Yes, something like this or using mdev types and identify through 
something similar to get_socket() etc.


>
>>
>>> +	case VHOST_GET_FEATURES:
>>> +		ret = vhost_get_features(vdpa, argp);
>>> +		break;
>>> +	case VHOST_SET_FEATURES:
>>> +		ret = vhost_set_features(vdpa, argp);
>>> +		break;
>>> +	case VHOST_GET_VRING_BASE:
>>> +		ret = vhost_get_vring_base(vdpa, argp);
>>> +		break;
>>> +	default:
>>> +		ret = vhost_dev_ioctl(&vdpa->dev, cmd, argp);
>>> +		if (ret == -ENOIOCTLCMD)
>>> +			ret = vhost_vring_ioctl(&vdpa->dev, cmd, argp);
>>> +	}
>>> +
>>> +	return ret;
>>> +}
> [...]
>>> +struct mdev_device;
>>> +struct vhost_mdev;
>>> +
>>> +typedef int (*vhost_mdev_start_device_t)(struct vhost_mdev *vdpa);
>>> +typedef int (*vhost_mdev_stop_device_t)(struct vhost_mdev *vdpa);
>>> +typedef int (*vhost_mdev_set_features_t)(struct vhost_mdev *vdpa);
>>> +typedef void (*vhost_mdev_notify_device_t)(struct vhost_mdev *vdpa, int queue_id);
>>> +typedef u64 (*vhost_mdev_get_notify_addr_t)(struct vhost_mdev *vdpa, int queue_id);
>>> +typedef u16 (*vhost_mdev_get_vring_base_t)(struct vhost_mdev *vdpa, int queue_id);
>>> +typedef void (*vhost_mdev_features_changed_t)(struct vhost_mdev *vdpa);
>>> +
>>> +struct vhost_mdev_device_ops {
>>> +	vhost_mdev_start_device_t	start;
>>> +	vhost_mdev_stop_device_t	stop;
>>> +	vhost_mdev_notify_device_t	notify;
>>> +	vhost_mdev_get_notify_addr_t	get_notify_addr;
>>> +	vhost_mdev_get_vring_base_t	get_vring_base;
>>> +	vhost_mdev_features_changed_t	features_changed;
>>> +};
>>
>> Consider we want to implement a network device, who is going to implement
>> the device configuration space?

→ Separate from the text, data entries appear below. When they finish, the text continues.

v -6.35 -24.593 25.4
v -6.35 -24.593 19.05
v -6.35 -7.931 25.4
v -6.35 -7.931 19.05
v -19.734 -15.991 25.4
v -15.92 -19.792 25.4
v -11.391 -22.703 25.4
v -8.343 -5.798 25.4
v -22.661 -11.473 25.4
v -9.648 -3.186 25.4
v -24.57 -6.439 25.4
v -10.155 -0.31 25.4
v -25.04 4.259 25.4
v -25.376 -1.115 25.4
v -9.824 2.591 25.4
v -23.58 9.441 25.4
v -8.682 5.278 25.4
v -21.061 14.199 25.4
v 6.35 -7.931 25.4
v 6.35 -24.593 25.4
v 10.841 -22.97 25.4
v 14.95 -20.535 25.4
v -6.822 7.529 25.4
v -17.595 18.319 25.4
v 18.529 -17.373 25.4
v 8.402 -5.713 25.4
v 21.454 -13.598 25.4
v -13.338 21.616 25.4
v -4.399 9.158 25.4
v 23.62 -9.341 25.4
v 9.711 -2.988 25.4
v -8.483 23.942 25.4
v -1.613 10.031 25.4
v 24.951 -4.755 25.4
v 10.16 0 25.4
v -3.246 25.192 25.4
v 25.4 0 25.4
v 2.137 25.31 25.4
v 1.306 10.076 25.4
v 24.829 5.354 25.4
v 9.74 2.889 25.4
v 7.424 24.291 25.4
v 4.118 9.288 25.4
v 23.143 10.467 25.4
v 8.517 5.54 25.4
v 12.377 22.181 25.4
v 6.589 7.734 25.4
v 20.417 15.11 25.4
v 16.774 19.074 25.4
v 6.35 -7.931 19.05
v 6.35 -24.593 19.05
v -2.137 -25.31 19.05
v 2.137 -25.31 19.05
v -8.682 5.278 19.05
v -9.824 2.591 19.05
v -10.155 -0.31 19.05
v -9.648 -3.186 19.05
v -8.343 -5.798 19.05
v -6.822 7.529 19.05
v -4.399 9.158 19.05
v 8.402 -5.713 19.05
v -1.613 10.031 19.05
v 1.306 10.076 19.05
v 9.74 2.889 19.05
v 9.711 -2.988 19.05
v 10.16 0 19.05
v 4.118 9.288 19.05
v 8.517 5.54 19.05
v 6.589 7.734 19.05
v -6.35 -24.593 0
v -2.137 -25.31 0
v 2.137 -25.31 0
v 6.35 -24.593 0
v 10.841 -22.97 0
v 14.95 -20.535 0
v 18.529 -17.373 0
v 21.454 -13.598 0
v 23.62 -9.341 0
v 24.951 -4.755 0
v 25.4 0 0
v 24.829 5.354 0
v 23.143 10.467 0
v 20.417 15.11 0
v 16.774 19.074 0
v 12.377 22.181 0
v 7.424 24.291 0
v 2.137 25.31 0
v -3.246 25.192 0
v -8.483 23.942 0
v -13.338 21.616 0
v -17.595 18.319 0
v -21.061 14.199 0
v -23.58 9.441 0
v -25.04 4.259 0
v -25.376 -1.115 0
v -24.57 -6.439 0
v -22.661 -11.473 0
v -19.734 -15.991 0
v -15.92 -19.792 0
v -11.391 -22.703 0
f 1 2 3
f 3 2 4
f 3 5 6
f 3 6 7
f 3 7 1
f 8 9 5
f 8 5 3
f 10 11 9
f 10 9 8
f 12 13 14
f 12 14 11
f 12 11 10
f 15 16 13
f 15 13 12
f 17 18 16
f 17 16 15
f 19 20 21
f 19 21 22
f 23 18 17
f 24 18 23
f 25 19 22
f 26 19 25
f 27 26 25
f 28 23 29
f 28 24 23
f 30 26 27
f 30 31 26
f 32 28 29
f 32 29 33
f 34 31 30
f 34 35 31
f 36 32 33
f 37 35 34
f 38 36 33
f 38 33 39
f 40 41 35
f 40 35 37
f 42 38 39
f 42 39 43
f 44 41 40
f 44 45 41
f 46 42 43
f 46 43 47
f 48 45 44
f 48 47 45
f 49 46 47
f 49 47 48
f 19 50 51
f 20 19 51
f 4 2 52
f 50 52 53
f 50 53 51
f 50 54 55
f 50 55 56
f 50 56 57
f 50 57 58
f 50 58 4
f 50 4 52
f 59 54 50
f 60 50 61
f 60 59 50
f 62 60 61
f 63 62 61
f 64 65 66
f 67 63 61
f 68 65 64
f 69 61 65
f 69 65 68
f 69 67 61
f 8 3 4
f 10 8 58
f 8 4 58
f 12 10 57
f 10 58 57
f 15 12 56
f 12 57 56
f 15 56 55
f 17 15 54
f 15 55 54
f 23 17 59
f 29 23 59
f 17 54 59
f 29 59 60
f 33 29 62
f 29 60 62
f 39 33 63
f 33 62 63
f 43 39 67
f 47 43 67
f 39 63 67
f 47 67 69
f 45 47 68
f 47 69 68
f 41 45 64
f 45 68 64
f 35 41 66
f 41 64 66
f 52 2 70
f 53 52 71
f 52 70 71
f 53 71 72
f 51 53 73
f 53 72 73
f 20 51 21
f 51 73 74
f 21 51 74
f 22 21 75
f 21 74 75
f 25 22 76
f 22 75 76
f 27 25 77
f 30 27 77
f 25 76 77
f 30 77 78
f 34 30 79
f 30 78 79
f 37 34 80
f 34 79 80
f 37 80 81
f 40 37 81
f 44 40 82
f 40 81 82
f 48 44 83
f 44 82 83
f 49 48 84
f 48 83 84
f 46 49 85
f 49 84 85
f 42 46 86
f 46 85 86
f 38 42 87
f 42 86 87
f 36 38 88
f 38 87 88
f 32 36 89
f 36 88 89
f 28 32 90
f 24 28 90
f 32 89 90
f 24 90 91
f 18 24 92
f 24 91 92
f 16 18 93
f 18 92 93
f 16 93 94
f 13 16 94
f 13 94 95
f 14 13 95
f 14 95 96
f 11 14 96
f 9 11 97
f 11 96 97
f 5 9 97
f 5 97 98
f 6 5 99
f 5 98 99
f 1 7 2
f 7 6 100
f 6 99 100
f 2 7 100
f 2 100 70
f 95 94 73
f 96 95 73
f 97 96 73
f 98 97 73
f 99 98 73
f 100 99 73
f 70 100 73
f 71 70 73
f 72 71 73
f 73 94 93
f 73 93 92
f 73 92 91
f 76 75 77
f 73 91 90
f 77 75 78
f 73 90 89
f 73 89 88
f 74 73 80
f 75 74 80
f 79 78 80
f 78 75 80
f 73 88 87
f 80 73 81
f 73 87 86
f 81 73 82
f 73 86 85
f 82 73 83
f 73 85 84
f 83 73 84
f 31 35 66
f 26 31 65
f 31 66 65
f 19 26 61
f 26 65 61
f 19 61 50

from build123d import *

# Parameters (mm, degrees)
F1_DEPTH = 19.05
F2_DEPTH = 19.05
F3_DEPTH = 25.4


with BuildPart() as f1:
    # F0 (on Top) → F1 (new body)
    with BuildSketch(Plane.XY):
        with BuildLine():
            ThreePointArc((10.16, 0), (-4.399409, 9.1581), (-6.35, -7.931147))
            ThreePointArc((-6.35, -7.931147), (0, -10.16), (6.35, -7.931147))
            ThreePointArc((6.35, -7.931147), (9.1581, -4.399409), (10.16, 0))
        make_face()
    extrude(amount=F1_DEPTH)

    # F0 (on Top) → F2 (join)
    with BuildSketch(Plane.XY):
        with BuildLine():
            Line((-6.35, -7.931147), (-6.35, -24.593444))
            ThreePointArc((-6.35, -24.593444), (0, -25.4), (6.35, -24.593444))
            Line((6.35, -24.593444), (6.35, -7.931147))
            ThreePointArc((6.35, -7.931147), (0, -10.16), (-6.35, -7.931147))
        make_face()
    extrude(amount=F2_DEPTH)

    # F0 (on Top) → F3 (join)
    with BuildSketch(Plane.XY):
        with BuildLine():
            ThreePointArc((6.35, -24.593444), (20.080463, -15.55426), (25.4, 0))
            ThreePointArc((25.4, 0), (-15.55426, 20.080463), (-6.35, -24.593444))
            Line((-6.35, -24.593444), (-6.35, -7.931147))
            ThreePointArc((-6.35, -7.931147), (-4.399409, 9.1581), (10.16, 0))
            ThreePointArc((10.16, 0), (9.1581, -4.399409), (6.35, -7.931147))
            Line((6.35, -7.931147), (6.35, -24.593444))
        make_face()
    extrude(amount=F3_DEPTH)


solid = f1.part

I believe it's not good to invent another
>> set of API for doing this. So I believe we want something like
>> read_config/write_config here.
>>
>> Then I came up an idea:
>>
>> 1) introduce a new mdev bus transport, and a new mdev driver virtio_mdev
>> 2) vDPA (either software or hardware) can register as a device of virtio
>> mdev device
>> 3) then we can use kernel virtio driver to drive vDPA device and utilize
>> kernel networking/storage stack
>> 4) for userspace driver like vhost-mdev, it could be built of top of mdev
>> transport
>>
>> Having a full new transport for virtio, the advantages are obvious:
>>
>> 1) A generic solution for both kernel and userspace driver and support
>> configuration space access
>> 2) For kernel driver, exist kernel networking/storage stack could be reused,
>> and so did fast path implementation (e.g XDP, io_uring etc).
>> 2) For userspace driver, the function of virtio transport is a superset of
>> vhost, any API could be built on top easily (e.g vhost ioctl).
>>
>> What's your thought?
> This sounds interesting to me! ;)
>
> But I'm not quite sure whether it's the best choice to abstract
> vhost accelerators as virtio device in vDPA. Virtio device is
> the frontend device. There are some backend features missing in
> virtio currently. E.g. there is no way to tell the virtio device
> to do dirty page logging.


This could be extended via new mdev transport. E.g set an memory region 
for logging dirty pages.


> Besides, e.g. the control vq in network
> case seems not a quite good interface for a backend device.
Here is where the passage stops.